Has anyone tried it? Any feedback on it?

  • wendyshu a year ago

    It works just fine but it will only give a boolean value valid/invalid, it won't tell you why it's invalid.

korijn a year ago

So how do you apply this in the real world when dealing with schema versions and database migrations?

  • dtech a year ago

    You could add a schema_version column and use one constraint per schema version. It will only be per major version, if the schema is backwards compatible there's no problem.

  • willmeyers a year ago

    Add a new constraint that supports the new schema version, migrate json columns to conform to new schema as need be, and then drop old constraint. This assumes your schema is backwards compatible. If it isn't I would probably not use a DB constraint and just handle everything on the application layer.

    • alexvoda a year ago

      If the schema is not backwards compatible it either means you will have to do a data migration or it means you want to keep track of the schema version along with the data. In both cases it is much easier if the json columns are split off into a separate table.

    • korijn a year ago

      Thanks, that makes sense.

anonu a year ago

well written article and looks like a great extension. However, my only issue with JSON Schema is that it becomes unsupportable once your JSON objects get too big: to many keys or too many items in an array for example. If you are looking to find "where" the issue is in your JSON object, most schema validators don't provide enough guidance, they just say "something is wrong" as it appears this one does.

marwis a year ago

The detail error from example is pretty awful and missing any useful detail. Is it the limitation of the jsonschema library?

naedish a year ago

This is interesting. Would be curious to see if this can replace pydantic for specific cases.

  • kkirsche a year ago

    With pydantic’s funding, it wouldn’t surprise me if they enter this space themselves (the company side not the existing python library side)

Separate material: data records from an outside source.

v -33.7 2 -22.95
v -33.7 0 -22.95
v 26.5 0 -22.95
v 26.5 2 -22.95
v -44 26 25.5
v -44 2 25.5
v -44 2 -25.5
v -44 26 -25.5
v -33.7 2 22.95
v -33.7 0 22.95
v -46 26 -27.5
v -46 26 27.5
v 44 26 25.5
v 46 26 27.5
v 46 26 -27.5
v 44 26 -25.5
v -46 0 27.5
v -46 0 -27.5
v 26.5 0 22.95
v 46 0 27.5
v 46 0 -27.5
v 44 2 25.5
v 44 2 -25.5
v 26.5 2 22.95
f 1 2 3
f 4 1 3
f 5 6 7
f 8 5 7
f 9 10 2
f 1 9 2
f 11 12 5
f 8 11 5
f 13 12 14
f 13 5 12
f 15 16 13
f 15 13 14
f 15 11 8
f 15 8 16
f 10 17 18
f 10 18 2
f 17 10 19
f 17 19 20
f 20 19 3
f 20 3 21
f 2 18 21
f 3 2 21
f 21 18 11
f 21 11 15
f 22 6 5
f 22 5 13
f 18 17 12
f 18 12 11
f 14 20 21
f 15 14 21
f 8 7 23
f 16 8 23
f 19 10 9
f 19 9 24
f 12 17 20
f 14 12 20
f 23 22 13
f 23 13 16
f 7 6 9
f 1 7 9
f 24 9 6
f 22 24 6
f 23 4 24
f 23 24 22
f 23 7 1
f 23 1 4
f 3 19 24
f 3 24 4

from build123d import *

# Parameters (mm, degrees)
SKETCH1_W           = 88
SKETCH1_H           = 51
BOSS_EXTRUDE1_DEPTH = 2
SKETCH2_W           = 60.2
SKETCH2_H           = 45.9
CUT_EXTRUDE1_DEPTH  = 2
SKETCH3_W           = 92
SKETCH3_H           = 55
SKETCH3_W_2         = 88
SKETCH3_H_2         = 51
BOSS_EXTRUDE2_DEPTH = 26


with BuildPart() as part:
    # Sketch1 → Boss-Extrude1 (new body)
    with BuildSketch(Plane(origin=(0, 0, 0), x_dir=(1, 0, 0), z_dir=(0, 1, 0))):
        Rectangle(SKETCH1_W, SKETCH1_H)
    extrude(amount=BOSS_EXTRUDE1_DEPTH)

    # Sketch2 → Cut-Extrude1 (cut)
    with BuildSketch(Plane(origin=(0, 0, 0), x_dir=(1, 0, 0), z_dir=(0, 1, 0))):
        with Locations((-3.6, 0)):
            Rectangle(SKETCH2_W, SKETCH2_H)
    extrude(amount=CUT_EXTRUDE1_DEPTH, mode=Mode.SUBTRACT)

    # Sketch3 → Boss-Extrude2 (add)
    with BuildSketch(Plane(origin=(0, 0, 0), x_dir=(1, 0, 0), z_dir=(0, 1, 0))):
        Rectangle(SKETCH3_W, SKETCH3_H)
        Rectangle(SKETCH3_W_2, SKETCH3_H_2, mode=Mode.SUBTRACT)
    extrude(amount=BOSS_EXTRUDE2_DEPTH)


solid = part.part
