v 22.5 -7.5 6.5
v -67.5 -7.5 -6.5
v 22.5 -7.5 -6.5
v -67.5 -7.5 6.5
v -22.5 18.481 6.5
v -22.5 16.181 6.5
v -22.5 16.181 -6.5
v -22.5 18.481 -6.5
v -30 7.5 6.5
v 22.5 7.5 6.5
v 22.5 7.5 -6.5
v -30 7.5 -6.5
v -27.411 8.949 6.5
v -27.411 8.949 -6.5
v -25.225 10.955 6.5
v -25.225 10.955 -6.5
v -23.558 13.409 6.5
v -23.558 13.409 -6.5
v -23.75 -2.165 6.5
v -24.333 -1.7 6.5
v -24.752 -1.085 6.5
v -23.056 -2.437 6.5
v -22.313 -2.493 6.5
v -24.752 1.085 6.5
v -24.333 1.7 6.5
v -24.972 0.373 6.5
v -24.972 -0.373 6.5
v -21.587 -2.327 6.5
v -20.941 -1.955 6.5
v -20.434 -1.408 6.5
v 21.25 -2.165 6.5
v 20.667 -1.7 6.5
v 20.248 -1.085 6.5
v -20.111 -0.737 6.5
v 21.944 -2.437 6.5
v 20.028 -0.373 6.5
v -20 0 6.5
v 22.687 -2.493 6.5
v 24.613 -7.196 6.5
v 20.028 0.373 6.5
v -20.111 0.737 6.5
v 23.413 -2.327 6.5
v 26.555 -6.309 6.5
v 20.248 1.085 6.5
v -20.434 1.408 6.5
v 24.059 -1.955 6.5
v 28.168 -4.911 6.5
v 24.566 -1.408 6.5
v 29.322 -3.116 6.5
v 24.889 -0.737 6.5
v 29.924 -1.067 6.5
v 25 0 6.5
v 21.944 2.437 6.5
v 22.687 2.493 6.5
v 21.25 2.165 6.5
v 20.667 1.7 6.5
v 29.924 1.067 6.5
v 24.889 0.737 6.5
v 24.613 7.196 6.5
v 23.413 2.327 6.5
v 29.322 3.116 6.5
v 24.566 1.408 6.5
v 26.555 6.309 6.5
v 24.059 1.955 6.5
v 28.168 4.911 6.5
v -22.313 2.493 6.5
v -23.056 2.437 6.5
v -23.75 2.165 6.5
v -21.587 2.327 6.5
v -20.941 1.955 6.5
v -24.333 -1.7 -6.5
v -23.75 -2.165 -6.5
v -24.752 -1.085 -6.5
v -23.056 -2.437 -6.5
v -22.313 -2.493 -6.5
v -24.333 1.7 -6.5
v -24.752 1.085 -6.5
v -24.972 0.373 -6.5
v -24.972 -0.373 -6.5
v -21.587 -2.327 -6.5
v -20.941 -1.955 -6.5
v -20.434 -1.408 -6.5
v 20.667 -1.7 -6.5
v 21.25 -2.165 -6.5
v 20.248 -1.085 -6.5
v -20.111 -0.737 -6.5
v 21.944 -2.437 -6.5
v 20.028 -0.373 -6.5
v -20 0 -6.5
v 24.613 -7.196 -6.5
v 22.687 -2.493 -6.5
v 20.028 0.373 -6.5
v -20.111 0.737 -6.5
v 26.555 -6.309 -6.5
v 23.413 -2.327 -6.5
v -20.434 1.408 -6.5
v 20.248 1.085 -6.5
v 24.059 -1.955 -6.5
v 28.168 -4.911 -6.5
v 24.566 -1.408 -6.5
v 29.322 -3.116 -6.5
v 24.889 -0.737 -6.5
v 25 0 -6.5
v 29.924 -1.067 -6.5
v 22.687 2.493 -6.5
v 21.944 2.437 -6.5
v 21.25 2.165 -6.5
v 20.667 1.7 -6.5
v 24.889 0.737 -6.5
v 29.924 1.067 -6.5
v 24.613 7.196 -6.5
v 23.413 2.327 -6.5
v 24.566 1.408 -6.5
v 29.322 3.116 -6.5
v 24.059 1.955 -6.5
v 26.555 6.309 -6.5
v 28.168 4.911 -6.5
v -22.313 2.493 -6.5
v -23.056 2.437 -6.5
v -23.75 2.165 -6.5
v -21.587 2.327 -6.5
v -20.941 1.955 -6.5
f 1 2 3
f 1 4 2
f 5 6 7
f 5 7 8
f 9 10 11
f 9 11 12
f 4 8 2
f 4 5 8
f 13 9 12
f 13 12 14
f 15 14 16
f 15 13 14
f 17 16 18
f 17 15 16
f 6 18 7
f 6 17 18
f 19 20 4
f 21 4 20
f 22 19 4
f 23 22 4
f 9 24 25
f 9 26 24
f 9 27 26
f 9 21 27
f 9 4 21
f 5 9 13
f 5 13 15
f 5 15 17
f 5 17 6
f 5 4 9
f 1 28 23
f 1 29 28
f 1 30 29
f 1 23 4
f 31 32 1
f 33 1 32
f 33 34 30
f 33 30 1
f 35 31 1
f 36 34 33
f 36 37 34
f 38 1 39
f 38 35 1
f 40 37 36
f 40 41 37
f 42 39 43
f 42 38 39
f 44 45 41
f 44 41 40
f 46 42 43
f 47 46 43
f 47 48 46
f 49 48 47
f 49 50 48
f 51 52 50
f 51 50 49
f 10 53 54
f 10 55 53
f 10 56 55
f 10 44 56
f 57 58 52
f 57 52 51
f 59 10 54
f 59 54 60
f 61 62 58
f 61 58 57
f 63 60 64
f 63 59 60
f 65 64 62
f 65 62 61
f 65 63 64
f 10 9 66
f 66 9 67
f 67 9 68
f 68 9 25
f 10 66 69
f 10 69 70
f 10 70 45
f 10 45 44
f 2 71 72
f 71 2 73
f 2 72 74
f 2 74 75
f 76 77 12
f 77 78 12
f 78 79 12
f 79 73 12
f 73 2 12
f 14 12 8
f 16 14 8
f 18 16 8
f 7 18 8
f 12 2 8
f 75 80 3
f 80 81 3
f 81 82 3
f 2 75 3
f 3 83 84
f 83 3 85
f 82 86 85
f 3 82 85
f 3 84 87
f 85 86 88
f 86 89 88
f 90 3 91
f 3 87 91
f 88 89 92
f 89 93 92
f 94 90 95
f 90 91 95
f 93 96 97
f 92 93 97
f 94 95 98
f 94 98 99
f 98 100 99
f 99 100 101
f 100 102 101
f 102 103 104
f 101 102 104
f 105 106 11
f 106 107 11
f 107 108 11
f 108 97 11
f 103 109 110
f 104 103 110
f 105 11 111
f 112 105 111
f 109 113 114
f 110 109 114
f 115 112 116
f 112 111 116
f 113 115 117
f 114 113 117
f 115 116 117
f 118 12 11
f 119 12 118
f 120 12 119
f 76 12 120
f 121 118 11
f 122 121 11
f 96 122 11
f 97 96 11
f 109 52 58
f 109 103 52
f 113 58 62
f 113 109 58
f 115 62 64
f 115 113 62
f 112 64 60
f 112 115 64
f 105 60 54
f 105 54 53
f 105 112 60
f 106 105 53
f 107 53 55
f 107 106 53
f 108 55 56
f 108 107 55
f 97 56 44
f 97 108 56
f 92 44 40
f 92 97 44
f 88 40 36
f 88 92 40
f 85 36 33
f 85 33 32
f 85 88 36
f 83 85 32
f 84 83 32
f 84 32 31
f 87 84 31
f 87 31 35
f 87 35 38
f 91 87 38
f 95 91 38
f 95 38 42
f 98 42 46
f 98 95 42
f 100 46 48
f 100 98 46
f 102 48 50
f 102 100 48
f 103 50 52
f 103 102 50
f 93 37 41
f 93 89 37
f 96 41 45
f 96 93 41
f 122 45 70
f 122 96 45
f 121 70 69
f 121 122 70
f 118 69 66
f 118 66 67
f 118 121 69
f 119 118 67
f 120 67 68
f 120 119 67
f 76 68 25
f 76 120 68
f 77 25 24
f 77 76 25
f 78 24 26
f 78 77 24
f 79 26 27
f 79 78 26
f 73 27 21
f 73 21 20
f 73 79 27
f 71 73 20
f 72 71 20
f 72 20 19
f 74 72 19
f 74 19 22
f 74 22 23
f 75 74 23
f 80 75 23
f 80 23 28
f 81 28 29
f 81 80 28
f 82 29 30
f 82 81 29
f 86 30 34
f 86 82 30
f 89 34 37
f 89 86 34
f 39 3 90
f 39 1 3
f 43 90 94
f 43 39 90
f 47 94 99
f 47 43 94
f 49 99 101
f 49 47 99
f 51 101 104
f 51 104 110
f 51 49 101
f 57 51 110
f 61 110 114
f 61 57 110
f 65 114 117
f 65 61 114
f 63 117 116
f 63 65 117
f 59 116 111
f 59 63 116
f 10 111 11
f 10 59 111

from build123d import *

# Parameters (mm, degrees)
SKETCH1_R           = 2.5
BOSS_EXTRUDE1_DEPTH = 6.5


with BuildPart() as part:
    # Sketch1 → Boss-Extrude1 (new, symmetric)
    with BuildSketch(Plane.XY):
        with BuildLine():
            ThreePointArc((22.5, -7.5), (30, 0), (22.5, 7.5))
            Line((22.5, 7.5), (-30, 7.5))
            ThreePointArc((-30, 7.5), (-25.225001549, 10.954803468), (-22.5, 16.180762114))
            Line((-22.5, 16.180762114), (-22.5, 18.480762114))
            Line((-22.5, 18.480762114), (-67.5, -7.5))
            Line((-67.5, -7.5), (22.5, -7.5))
        make_face()
        with Locations((-22.5, 0)):
            Circle(SKETCH1_R, mode=Mode.SUBTRACT)
        with Locations((22.5, 0)):
            Circle(SKETCH1_R, mode=Mode.SUBTRACT)
    extrude(amount=BOSS_EXTRUDE1_DEPTH, both=True)


solid = part.part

    Funding Ref: https://pydantic.dev/announcement/

rapfaria a year ago

Wouldn't you wanna save the json even if the structure is incorrect?

  • rco8786 a year ago

    If you want that behavior, just don't use json schema.

roenxi a year ago

I can see some technical advantages to supporting JSON schema directly; but I suspect most people will be using this extension because SQL is really ugly and they don't want to use it to set up their schemas in pg proper.

It says a lot about how weak the SQL syntax is. An extension to replace CREATE TABLE with a JSON schema construct would be wildly popular.